Three months later, there has been no movement on the proposal, all allegedly thanks to Prasad’s stonewalling. “It is shameful that the team has still not been allowed to go,” Jaishankar Gupta, a PCI member and senior journalist, told The Wire, adding that three attempts were made, all aborted.

The PCI regularly sends fact-finding teams to areas where press freedom is threatened or journalists are under threat. PCI chairman Prasad was recently in the centre of a political storm when he supported the ban on the media and said it was “in the interest of the integrity and sovereignty of the nation”. However, that position was later reversed after members revolted.

Withdrawal Symptoms

Anil Ambani, the beleaguered brother of India’s richest man, Mukesh Ambani, is trigger-happy when it comes to filing court cases against media reports that paint him and his companies in bad light. He filed a slew of defamation cases against Indian media outlets for their reports on his involvement in the Rafale deal but now seems to have decided that discretion is the better part of valour.
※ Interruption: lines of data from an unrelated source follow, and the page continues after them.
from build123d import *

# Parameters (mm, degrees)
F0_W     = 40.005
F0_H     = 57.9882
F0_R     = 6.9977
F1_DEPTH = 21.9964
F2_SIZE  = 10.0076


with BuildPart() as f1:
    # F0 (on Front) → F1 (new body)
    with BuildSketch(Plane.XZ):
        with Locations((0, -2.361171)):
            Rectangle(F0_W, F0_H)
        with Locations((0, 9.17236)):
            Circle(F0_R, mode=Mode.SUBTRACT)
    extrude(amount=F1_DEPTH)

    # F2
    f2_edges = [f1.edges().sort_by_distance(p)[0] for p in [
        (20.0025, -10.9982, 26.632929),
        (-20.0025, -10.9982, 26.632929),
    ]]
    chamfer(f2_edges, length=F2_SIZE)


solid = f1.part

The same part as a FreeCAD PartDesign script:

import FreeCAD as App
import Part
import Sketcher
from FreeCAD import Vector
Q = App.Units.Quantity


def edges_at(feature, points):
    """Names of the edges that pass closest to the given points."""
    edges = feature.Shape.Edges
    near = lambda p: min(range(len(edges)), key=lambda i: edges[i].distToShape(Part.Vertex(*p))[0])
    return sorted({f"Edge{near(p) + 1}" for p in points})

doc = App.newDocument("Part")
body = doc.addObject("PartDesign::Body", "Body")

sketch1 = doc.addObject("Sketcher::SketchObject", "Sketch")
body.addObject(sketch1)
sketch1.AttachmentSupport = (doc.XZ_Plane, [""])
sketch1.MapMode = "FlatFace"
sketch1.addGeometry([
    Part.LineSegment(Vector(-20, 27, 0), Vector(-20, -31, 0)),
    Part.LineSegment(Vector(-20, -31, 0), Vector(20, -31, 0)),
    Part.LineSegment(Vector(20, -31, 0), Vector(20, 27, 0)),
    Part.LineSegment(Vector(20, 27, 0), Vector(-20, 27, 0)),
    Part.Circle(Vector(0, 9, 0), Vector(0, 0, 1), 7),
], False)
sketch1.addConstraint([
    Sketcher.Constraint("Coincident", 0, 2, 1, 1),
    Sketcher.Constraint("Coincident", 1, 2, 2, 1),
    Sketcher.Constraint("Coincident", 2, 2, 3, 1),
    Sketcher.Constraint("Coincident", 3, 2, 0, 1),
    Sketcher.Constraint("Vertical", 0),
    Sketcher.Constraint("Horizontal", 1),
    Sketcher.Constraint("Vertical", 2),
    Sketcher.Constraint("Horizontal", 3),
    Sketcher.Constraint("PointOnObject", 4, 3, -2),
    Sketcher.Constraint("Diameter", 4, Q("0.551 in")),
    Sketcher.Constraint("DistanceX", 1, 1, 1, 2, Q("1.575 in")),
    Sketcher.Constraint("DistanceY", 0, 2, 0, 1, Q("2.283 in")),
    Sketcher.Constraint("DistanceX", 0, 2, -1, 1, Q("0.7875 in")),
    Sketcher.Constraint("DistanceY", -1, 1, 4, 3, Q("9.17236 mm")),
    Sketcher.Constraint("DistanceY", 0, 2, -1, 1, Q("31.355271 mm")),
])
pad1 = doc.addObject("PartDesign::Pad", "Pad")
body.addObject(pad1)
pad1.Profile = sketch1
pad1.Length = Q("0.866 in")
doc.recompute()

chamfer = doc.addObject("PartDesign::Chamfer", "Chamfer")
body.addObject(chamfer)
chamfer.Base = (pad1, edges_at(pad1, [(20.003, -10.998, 26.633), (-20.003, -10.998, 26.633)]))
chamfer.Size = Q("0.394 in")

doc.recompute()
Last week, his telecom arm, Reliance Communications (RCom) dropped a defamation lawsuit against the London-based Financial Times. He had sued two of the newspaper’s journalists over reporting the difficulties that his businesses had been facing. Ambani’s case had demanded $1.1 billion in damages. Similarly, his lawsuits against Indian media firms had demanded equally outrageous amounts as compensation—NDTV was sued for Rs 10,000 crore, National Herald was sued for Rs 5,000 crore, and he demanded Rs 6,000 crore in damages from The Wire.
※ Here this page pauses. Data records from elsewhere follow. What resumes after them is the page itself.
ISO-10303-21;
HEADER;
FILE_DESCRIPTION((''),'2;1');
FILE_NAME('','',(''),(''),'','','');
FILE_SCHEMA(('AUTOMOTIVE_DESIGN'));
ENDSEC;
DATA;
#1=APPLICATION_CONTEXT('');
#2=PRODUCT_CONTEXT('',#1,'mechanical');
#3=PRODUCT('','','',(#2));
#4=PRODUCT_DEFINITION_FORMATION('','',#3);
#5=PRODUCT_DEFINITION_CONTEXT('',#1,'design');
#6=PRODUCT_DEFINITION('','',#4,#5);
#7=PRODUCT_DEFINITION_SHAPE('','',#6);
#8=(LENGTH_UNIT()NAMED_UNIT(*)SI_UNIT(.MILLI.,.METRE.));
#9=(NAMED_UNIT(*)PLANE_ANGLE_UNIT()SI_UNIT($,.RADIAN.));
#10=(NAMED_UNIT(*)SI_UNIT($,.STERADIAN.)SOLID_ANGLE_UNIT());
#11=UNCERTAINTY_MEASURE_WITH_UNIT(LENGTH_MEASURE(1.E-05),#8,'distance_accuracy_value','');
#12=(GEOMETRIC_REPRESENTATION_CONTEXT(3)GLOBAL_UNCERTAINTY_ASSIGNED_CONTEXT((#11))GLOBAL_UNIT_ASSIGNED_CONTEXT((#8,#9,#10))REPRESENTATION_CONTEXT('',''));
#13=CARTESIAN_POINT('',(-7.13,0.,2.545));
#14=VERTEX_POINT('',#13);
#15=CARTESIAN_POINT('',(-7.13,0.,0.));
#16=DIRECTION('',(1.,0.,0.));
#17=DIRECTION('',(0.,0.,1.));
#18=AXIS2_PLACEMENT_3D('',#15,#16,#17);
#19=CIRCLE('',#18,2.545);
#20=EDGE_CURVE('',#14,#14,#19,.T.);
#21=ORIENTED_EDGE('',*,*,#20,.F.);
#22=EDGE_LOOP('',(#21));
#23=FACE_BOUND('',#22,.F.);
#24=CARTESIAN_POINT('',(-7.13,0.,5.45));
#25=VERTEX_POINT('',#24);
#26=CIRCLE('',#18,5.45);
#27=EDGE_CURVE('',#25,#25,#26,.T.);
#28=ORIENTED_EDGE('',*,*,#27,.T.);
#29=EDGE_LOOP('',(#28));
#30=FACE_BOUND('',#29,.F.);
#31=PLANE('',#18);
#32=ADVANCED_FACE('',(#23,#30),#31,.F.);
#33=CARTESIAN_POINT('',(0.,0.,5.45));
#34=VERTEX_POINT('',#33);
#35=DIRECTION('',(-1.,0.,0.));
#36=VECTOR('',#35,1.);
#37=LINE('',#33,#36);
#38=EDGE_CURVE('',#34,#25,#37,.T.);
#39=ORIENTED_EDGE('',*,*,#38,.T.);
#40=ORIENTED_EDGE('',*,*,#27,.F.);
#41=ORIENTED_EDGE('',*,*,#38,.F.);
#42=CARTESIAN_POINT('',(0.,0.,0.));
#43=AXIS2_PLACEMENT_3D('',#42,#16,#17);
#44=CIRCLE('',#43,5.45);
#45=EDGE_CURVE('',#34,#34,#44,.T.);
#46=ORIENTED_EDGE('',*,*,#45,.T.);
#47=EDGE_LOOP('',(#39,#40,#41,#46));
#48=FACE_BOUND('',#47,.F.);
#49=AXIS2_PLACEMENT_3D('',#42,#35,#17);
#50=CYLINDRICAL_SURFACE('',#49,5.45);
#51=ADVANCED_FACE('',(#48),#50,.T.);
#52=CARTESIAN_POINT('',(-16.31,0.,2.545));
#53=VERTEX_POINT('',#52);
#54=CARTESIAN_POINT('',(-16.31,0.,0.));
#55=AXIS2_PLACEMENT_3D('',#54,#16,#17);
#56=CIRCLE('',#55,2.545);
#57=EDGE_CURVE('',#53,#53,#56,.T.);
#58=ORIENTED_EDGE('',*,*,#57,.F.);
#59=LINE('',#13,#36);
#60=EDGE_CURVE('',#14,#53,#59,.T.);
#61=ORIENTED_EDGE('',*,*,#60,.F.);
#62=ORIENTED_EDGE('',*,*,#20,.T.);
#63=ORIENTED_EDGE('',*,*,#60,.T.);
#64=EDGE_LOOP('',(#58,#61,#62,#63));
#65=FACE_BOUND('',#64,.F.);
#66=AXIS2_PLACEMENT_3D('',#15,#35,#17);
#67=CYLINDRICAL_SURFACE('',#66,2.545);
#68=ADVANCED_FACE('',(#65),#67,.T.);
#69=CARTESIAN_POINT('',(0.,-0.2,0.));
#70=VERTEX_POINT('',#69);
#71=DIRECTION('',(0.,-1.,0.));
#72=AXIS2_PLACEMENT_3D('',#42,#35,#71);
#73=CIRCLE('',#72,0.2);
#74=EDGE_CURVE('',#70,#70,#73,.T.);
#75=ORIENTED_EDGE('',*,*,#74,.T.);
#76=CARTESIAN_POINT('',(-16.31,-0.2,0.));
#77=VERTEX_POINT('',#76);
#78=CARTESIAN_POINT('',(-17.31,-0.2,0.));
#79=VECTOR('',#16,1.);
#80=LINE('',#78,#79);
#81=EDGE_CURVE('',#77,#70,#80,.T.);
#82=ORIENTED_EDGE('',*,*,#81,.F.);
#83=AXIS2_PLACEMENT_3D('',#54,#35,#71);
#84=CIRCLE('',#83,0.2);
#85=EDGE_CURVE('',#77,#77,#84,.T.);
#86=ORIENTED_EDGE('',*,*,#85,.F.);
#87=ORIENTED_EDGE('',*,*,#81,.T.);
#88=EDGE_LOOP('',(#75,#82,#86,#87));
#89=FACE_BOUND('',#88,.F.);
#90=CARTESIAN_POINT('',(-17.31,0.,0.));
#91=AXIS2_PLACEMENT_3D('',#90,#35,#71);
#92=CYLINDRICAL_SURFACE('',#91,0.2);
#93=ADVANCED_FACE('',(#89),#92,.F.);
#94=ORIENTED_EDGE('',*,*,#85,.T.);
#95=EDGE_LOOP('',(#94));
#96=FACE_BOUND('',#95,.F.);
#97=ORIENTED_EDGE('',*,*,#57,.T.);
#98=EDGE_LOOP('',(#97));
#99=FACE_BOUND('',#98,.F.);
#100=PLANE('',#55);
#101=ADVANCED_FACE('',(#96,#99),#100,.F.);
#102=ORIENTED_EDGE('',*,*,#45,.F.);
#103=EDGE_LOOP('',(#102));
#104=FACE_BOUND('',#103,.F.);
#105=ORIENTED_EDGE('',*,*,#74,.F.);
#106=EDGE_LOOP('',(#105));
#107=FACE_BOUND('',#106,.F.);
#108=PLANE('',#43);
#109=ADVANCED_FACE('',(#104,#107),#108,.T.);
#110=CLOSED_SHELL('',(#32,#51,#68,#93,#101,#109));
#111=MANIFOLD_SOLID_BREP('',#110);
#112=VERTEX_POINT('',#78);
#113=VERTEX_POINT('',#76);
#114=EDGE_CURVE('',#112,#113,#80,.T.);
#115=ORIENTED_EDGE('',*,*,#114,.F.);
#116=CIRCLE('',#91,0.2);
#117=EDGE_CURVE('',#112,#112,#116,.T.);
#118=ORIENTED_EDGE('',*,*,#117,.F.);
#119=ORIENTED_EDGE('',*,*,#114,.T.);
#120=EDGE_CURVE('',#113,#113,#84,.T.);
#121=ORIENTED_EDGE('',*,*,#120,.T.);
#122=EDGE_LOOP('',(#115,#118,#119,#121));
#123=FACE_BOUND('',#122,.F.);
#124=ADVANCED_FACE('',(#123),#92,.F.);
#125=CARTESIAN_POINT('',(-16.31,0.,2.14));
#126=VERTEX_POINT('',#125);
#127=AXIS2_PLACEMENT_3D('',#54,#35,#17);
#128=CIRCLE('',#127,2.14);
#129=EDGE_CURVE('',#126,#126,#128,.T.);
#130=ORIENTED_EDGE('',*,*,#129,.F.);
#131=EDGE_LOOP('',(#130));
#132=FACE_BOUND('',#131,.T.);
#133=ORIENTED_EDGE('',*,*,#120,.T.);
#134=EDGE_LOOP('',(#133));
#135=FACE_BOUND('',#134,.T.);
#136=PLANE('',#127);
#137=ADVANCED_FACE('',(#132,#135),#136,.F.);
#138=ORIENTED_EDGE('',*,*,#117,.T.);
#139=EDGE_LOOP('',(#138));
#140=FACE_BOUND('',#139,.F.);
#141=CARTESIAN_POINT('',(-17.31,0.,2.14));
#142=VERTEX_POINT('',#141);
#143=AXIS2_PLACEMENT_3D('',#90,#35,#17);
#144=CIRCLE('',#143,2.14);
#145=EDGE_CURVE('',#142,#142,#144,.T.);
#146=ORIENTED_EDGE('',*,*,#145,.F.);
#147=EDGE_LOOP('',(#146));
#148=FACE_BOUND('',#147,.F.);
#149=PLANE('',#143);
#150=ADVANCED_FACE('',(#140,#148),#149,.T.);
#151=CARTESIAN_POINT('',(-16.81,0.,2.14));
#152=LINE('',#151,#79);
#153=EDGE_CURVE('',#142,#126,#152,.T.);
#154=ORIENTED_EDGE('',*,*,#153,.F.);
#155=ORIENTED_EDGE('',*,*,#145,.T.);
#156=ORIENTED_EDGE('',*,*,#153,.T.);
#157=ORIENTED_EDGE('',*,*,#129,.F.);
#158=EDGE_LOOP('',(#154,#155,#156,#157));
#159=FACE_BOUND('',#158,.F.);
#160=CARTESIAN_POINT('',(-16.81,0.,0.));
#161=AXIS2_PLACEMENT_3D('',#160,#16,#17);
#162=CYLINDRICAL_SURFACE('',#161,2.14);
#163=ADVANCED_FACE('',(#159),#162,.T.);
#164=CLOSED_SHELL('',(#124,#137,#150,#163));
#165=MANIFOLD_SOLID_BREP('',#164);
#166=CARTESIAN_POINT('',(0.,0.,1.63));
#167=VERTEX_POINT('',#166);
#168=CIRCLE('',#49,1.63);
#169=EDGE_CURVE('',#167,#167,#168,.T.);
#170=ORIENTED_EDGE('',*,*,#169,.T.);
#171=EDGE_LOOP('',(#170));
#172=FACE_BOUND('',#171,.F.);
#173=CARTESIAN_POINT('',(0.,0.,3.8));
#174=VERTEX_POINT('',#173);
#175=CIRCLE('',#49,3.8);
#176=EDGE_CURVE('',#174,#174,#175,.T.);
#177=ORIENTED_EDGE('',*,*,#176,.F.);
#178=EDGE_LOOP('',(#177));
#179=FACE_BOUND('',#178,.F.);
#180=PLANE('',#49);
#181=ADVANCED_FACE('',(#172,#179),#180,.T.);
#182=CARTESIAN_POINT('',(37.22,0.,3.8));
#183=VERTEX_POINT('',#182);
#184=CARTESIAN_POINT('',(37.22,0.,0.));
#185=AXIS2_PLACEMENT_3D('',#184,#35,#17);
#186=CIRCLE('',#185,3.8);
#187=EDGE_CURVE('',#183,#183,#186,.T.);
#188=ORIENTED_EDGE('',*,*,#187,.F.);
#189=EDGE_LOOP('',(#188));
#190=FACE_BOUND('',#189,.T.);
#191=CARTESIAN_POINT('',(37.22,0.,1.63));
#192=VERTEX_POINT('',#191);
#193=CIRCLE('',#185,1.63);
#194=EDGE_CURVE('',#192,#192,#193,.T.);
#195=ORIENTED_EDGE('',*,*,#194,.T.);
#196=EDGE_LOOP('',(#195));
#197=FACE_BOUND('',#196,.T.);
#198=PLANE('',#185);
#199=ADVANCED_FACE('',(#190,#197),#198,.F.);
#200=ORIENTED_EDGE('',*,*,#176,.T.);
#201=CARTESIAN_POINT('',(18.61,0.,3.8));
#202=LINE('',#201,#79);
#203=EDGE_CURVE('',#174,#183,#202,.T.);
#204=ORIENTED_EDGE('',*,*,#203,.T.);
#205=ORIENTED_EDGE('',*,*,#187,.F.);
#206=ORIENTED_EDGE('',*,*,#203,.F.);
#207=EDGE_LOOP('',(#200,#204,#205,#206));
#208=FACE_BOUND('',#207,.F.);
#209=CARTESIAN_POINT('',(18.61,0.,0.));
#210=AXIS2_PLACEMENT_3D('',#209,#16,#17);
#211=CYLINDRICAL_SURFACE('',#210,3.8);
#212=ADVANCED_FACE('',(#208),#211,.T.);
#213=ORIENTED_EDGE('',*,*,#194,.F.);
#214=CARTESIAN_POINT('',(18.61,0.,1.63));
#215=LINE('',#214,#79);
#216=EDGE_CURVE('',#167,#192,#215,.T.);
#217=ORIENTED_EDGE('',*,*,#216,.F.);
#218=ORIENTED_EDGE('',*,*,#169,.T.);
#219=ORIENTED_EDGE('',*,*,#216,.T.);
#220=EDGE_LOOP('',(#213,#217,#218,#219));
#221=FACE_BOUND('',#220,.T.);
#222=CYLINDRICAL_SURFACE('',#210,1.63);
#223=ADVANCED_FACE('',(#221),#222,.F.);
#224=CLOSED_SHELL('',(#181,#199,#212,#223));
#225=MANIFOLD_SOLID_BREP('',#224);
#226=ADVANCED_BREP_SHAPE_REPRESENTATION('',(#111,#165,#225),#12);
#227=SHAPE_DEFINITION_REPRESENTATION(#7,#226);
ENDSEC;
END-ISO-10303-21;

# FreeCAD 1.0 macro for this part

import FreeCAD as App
import Part
import Sketcher
from FreeCAD import Vector
Q = App.Units.Quantity


def add_polygon(sketch, points):
    """Adds a closed chain of lines whose ends are joined by coincident constraints."""
    first, n = sketch.GeometryCount, len(points)
    for a, b in zip(points, points[1:] + points[:1]):
        sketch.addGeometry(Part.LineSegment(App.Vector(*a, 0), App.Vector(*b, 0)), False)
    for i in range(n):
        sketch.addConstraint(Sketcher.Constraint("Coincident", first + i, 2, first + (i + 1) % n, 1))

doc = App.newDocument("Part")
params = doc.addObject("Spreadsheet::Sheet", "Params")
for row, (alias, value) in enumerate([
    ("sketch1_width", "37.22 mm"),
    ("sketch1_height", "2.17 mm"),
    ("revolution_angle", "360 deg"),
    ("sketch2_width", "16.31 mm"),
    ("sketch2_width2", "7.13 mm"),
    ("sketch2_height", "5.45 mm"),
    ("revolution2_angle", "360 deg"),
    ("sketch3_width", "1 mm"),
    ("sketch3_height", "2.14 mm"),
    ("revolution3_angle", "360 deg"),
    ("sketch4_diameter", "0.4 mm"),
    ("pad1_length", "54.531 mm"),
], start=1):
    params.set(f"A{row}", alias)
    params.set(f"B{row}", "=" + value)
    params.setAlias(f"B{row}", alias)

body = doc.addObject("PartDesign::Body", "Body")

# Sketch on XZ plane
sketch1 = body.newObject("Sketcher::SketchObject", "Sketch")
sketch1.AttachmentSupport = (doc.getObject("XZ_Plane"), [""])
sketch1.MapMode = "FlatFace"
add_polygon(sketch1, [(0, 3.8), (0, 1.6), (37.2, 1.6), (37.2, 3.8)])  # lines 0-3
sketch1.addConstraint([
    Sketcher.Constraint("Vertical", 0),
    Sketcher.Constraint("Horizontal", 1),
    Sketcher.Constraint("Vertical", 2),
    Sketcher.Constraint("Horizontal", 3),
    Sketcher.Constraint("PointOnObject", 0, 2, -2),
    Sketcher.Constraint("DistanceX", 1, 1, 1, 2, Q("37.22 mm")),
    Sketcher.Constraint("DistanceY", 0, 2, 0, 1, Q("2.17 mm")),
    Sketcher.Constraint("DistanceY", -1, 1, 2, 2, Q("3.8 mm")),
])
sketch1.setExpression("Constraints[9]", "Params.sketch1_width")
sketch1.setExpression("Constraints[10]", "Params.sketch1_height")
revolution = body.newObject("PartDesign::Revolution", "Revolution")
revolution.Profile = sketch1
revolution.ReferenceAxis = (sketch1, ["H_Axis"])
revolution.setExpression("Angle", "Params.revolution_angle")
body2 = doc.addObject("PartDesign::Body", "Body001")

# Sketch on XZ plane
sketch2 = body2.newObject("Sketcher::SketchObject", "Sketch001")
sketch2.AttachmentSupport = (doc.getObject("XZ_Plane001"), [""])
sketch2.MapMode = "FlatFace"
add_polygon(sketch2, [(-16.3, 0), (0, 0), (0, 5.5), (-7.1, 5.5), (-7.1, 2.5), (-16.3, 2.5)])  # lines 0-5
sketch2.addConstraint([
    Sketcher.Constraint("Horizontal", 0),
    Sketcher.Constraint("Vertical", 1),
    Sketcher.Constraint("Horizontal", 2),
    Sketcher.Constraint("Vertical", 3),
    Sketcher.Constraint("Horizontal", 4),
    Sketcher.Constraint("Vertical", 5),
    Sketcher.Constraint("Coincident", 0, 2, -1, 1),
    Sketcher.Constraint("DistanceX", 0, 1, 0, 2, Q("16.31 mm")),
    Sketcher.Constraint("DistanceX", 2, 2, 2, 1, Q("7.13 mm")),
    Sketcher.Constraint("DistanceY", 1, 1, 1, 2, Q("5.45 mm")),
    Sketcher.Constraint("DistanceY", 3, 2, 3, 1, Q("2.905 mm")),
])
sketch2.setExpression("Constraints[13]", "Params.sketch2_width")
sketch2.setExpression("Constraints[14]", "Params.sketch2_width2")
sketch2.setExpression("Constraints[15]", "Params.sketch2_height")
revolution2 = body2.newObject("PartDesign::Revolution", "Revolution001")
revolution2.Profile = sketch2
revolution2.ReferenceAxis = (sketch2, ["H_Axis"])
revolution2.setExpression("Angle", "Params.revolution2_angle")
body3 = doc.addObject("PartDesign::Body", "Body002")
Other cases were filed against The Financial Express, The Week and The Economic Times. However, Ambani later withdrew the suit against National Herald.

Passing On

The Indian media has lost one of its standard bearers. Gautam Adhikari, who passed away last week, may have been based in Washington, but his heart was very much in India. A former Executive Editor of The Times of India and founding editor of DNA, he wrote occasionally in The Times of India’s op-ed pages but wore other hats, including a stint working for the World Bank as a Senior Consultant and was subsequently Senior Fellow at the Center for American Progress in Washington. He was also Dean of the Times School of Journalism and an author (The Intolerant Indian: Why We Must Rediscover a Liberal Space and Rolling Stones: Selected Writings). Gautam will be missed by his many friends and ex-colleagues in India for his grasp of world affairs, and his gifts as a raconteur and bon vivant. RIP.

Past Times

The Times Group has announced a curious change in its editorial approach to past events and important anniversaries. In similar edits, The Times of India and its pink sister The Economic Times announced a major departure from past policy. It said: “A question we are often confronted with is: How should we as a paper approach the past, especially historical events and personalities? Anniversaries, in particular, tend to produce a flood of editorial content looking back, chock-a-block with dates and places.” It went on to say that technology has disrupted everything and that endless reams of newsprint devoted to the past don’t necessarily add to the reader’s understanding, adding: “It is this philosophy that will increasingly drive our editorial planning every day, even on the anniversaries of history’s great and good.”

So readers of The Times publications can forget a repeat of the multiple pages on Mahatma Gandhi as was the case this year on his 150th birth anniversary.